The Resources and Debts of the Chinese Government
The USC U.S.-China Institute presents a discussion with Victor Shih and Zhang Xiaojing on the large government debts that have accumulated in China, especially at the local level and the resources available to the government to meet its obligations and to foster continued economic expansion.
China’s economy is slowing and the country is in the midst of a major effort to reform and restructure its economy. The reform efforts include greater reliance on market allocation of resources, including credit, and having state enterprises, including those in the financial industry be increasingly market-oriented. The restructuring effort involves moving from a dependence on investment and infrastructure building to drive the economy to reliance on consumption. Shih and Zhang will discuss the large government debts that have accumulated in China, especially at the local level and the resources available to the government to meet its obligations and to foster continued economic expansion.
Zhang Xiaojing 张晓晶 is a professor in the Institute of Economics of the Chinese Academy of Social Sciences.

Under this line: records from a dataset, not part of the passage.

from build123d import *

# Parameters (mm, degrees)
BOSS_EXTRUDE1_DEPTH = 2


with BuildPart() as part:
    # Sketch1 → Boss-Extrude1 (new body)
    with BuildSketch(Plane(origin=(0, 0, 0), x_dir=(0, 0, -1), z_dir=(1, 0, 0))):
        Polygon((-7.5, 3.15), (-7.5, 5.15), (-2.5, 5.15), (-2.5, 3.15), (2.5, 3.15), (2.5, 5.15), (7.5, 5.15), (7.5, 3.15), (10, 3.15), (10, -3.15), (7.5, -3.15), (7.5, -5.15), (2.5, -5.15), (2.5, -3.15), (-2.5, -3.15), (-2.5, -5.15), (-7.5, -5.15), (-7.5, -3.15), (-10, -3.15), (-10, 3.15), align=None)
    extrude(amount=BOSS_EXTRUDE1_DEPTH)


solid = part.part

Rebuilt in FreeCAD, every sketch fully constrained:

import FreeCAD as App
import Part
import Sketcher

doc = App.newDocument("Part")
body = doc.addObject("PartDesign::Body", "Body")

# Sketch on YZ plane
sketch1 = body.newObject("Sketcher::SketchObject", "Sketch")
sketch1.AttachmentSupport = (doc.getObject("YZ_Plane"), [""])
sketch1.MapMode = "FlatFace"
sketch1.addGeometry([
    Part.LineSegment(App.Vector(5.15, 7.5, 0), App.Vector(3.15, 7.5, 0)),  # 0
    Part.LineSegment(App.Vector(3.15, 7.5, 0), App.Vector(3.15, 10, 0)),  # 1
    Part.LineSegment(App.Vector(3.15, 10, 0), App.Vector(-3.15, 10, 0)),  # 2
    Part.LineSegment(App.Vector(-3.15, 10, 0), App.Vector(-3.15, 7.5, 0)),  # 3
    Part.LineSegment(App.Vector(-3.15, 7.5, 0), App.Vector(-5.15, 7.5, 0)),  # 4
    Part.LineSegment(App.Vector(-5.15, 7.5, 0), App.Vector(-5.15, 2.5, 0)),  # 5
    Part.LineSegment(App.Vector(-5.15, 2.5, 0), App.Vector(-3.15, 2.5, 0)),  # 6
    Part.LineSegment(App.Vector(-3.15, 2.5, 0), App.Vector(-3.15, -2.5, 0)),  # 7
    Part.LineSegment(App.Vector(-3.15, -2.5, 0), App.Vector(-5.15, -2.5, 0)),  # 8
    Part.LineSegment(App.Vector(-5.15, -2.5, 0), App.Vector(-5.15, -7.5, 0)),  # 9
    Part.LineSegment(App.Vector(-5.15, -7.5, 0), App.Vector(-3.15, -7.5, 0)),  # 10
    Part.LineSegment(App.Vector(-3.15, -7.5, 0), App.Vector(-3.15, -10, 0)),  # 11
    Part.LineSegment(App.Vector(-3.15, -10, 0), App.Vector(3.15, -10, 0)),  # 12
    Part.LineSegment(App.Vector(3.15, -10, 0), App.Vector(3.15, -7.5, 0)),  # 13
    Part.LineSegment(App.Vector(3.15, -7.5, 0), App.Vector(5.15, -7.5, 0)),  # 14
    Part.LineSegment(App.Vector(5.15, -7.5, 0), App.Vector(5.15, -2.5, 0)),  # 15
    Part.LineSegment(App.Vector(5.15, -2.5, 0), App.Vector(3.15, -2.5, 0)),  # 16
    Part.LineSegment(App.Vector(3.15, -2.5, 0), App.Vector(3.15, 2.5, 0)),  # 17
    Part.LineSegment(App.Vector(3.15, 2.5, 0), App.Vector(5.15, 2.5, 0)),  # 18
    Part.LineSegment(App.Vector(5.15, 2.5, 0), App.Vector(5.15, 7.5, 0)),  # 19
], False)
sketch1.addConstraint([
    Sketcher.Constraint("Coincident", 0, 2, 1, 1),
    Sketcher.Constraint("Coincident", 1, 2, 2, 1),
    Sketcher.Constraint("Coincident", 2, 2, 3, 1),
    Sketcher.Constraint("Coincident", 3, 2, 4, 1),
    Sketcher.Constraint("Coincident", 4, 2, 5, 1),
    Sketcher.Constraint("Coincident", 5, 2, 6, 1),
    Sketcher.Constraint("Coincident", 6, 2, 7, 1),
    Sketcher.Constraint("Coincident", 7, 2, 8, 1),
    Sketcher.Constraint("Coincident", 8, 2, 9, 1),
    Sketcher.Constraint("Coincident", 9, 2, 10, 1),
    Sketcher.Constraint("Coincident", 10, 2, 11, 1),
    Sketcher.Constraint("Coincident", 11, 2, 12, 1),
    Sketcher.Constraint("Coincident", 12, 2, 13, 1),
    Sketcher.Constraint("Coincident", 13, 2, 14, 1),
    Sketcher.Constraint("Coincident", 14, 2, 15, 1),
    Sketcher.Constraint("Coincident", 15, 2, 16, 1),
    Sketcher.Constraint("Coincident", 16, 2, 17, 1),
    Sketcher.Constraint("Coincident", 17, 2, 18, 1),
    Sketcher.Constraint("Coincident", 18, 2, 19, 1),
    Sketcher.Constraint("Coincident", 19, 2, 0, 1),
    Sketcher.Constraint("Horizontal", 0),
    Sketcher.Constraint("Vertical", 1),
    Sketcher.Constraint("Horizontal", 2),
    Sketcher.Constraint("Vertical", 3),
    Sketcher.Constraint("Horizontal", 4),
    Sketcher.Constraint("Vertical", 5),
    Sketcher.Constraint("Horizontal", 6),
    Sketcher.Constraint("Vertical", 7),
    Sketcher.Constraint("Horizontal", 8),
    Sketcher.Constraint("Vertical", 9),
    Sketcher.Constraint("Horizontal", 10),
    Sketcher.Constraint("Vertical", 11),
    Sketcher.Constraint("Horizontal", 12),
    Sketcher.Constraint("Vertical", 13),
    Sketcher.Constraint("Horizontal", 14),
    Sketcher.Constraint("Vertical", 15),
    Sketcher.Constraint("Horizontal", 16),
    Sketcher.Constraint("Vertical", 17),
    Sketcher.Constraint("Horizontal", 18),
    Sketcher.Constraint("Vertical", 19),
    Sketcher.Constraint("Symmetric", 0, 2, 10, 2, -1, 1),
    Sketcher.Constraint("Symmetric", 2, 2, 12, 2, -1, 1),
    Sketcher.Constraint("Symmetric", 4, 2, 14, 2, -1, 1),
    Sketcher.Constraint("Symmetric", 6, 2, 16, 2, -1, 1),
    Sketcher.Constraint("Symmetric", 8, 2, 18, 2, -1, 1),
    Sketcher.Constraint("Symmetric", 0, 2, 3, 2, -2),
    Sketcher.Constraint("Symmetric", 8, 2, 15, 2, -2),
    Sketcher.Constraint("Vertical", 3, 2, 6, 2),
    Sketcher.Constraint("Equal", 5, 7),
    Sketcher.Constraint("DistanceX", 0, 2, 0, 1, 2.0),
    Sketcher.Constraint("DistanceY", 5, 2, 5, 1, 5.0),
    Sketcher.Constraint("DistanceX", 2, 2, 2, 1, 6.3),
    Sketcher.Constraint("DistanceY", 1, 1, 1, 2, 2.5),
])
pad1 = body.newObject("PartDesign::Pad", "Pad")
pad1.Profile = sketch1
pad1.Length = 2

doc.recompute()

He directs the Macroeconomic Research Office there. Zhang won the Sun Yefang prize (the top award for economists in China) in 2005 and 2007. His books include volumes on China’s Macroeconomic Policy in the New Century (Capital Economics and Trade University Press, 2000) and Economic Growth and Structural Changes in the Reform Era (Shanghai People’s Press, 2008).
Victor Shih 史宗瀚 is an associate professor in the UCSD School of International Relations and Pacific Studies. He specializes in China’s political economy. He’s the author of Factions and Finance in China: Elite Conflict and Inflation (Cambridge, 2009) and numerous articles on China’s banking industry and on Chinese politics. He spoke at our 2011 conference on The State of the Chinese Economy.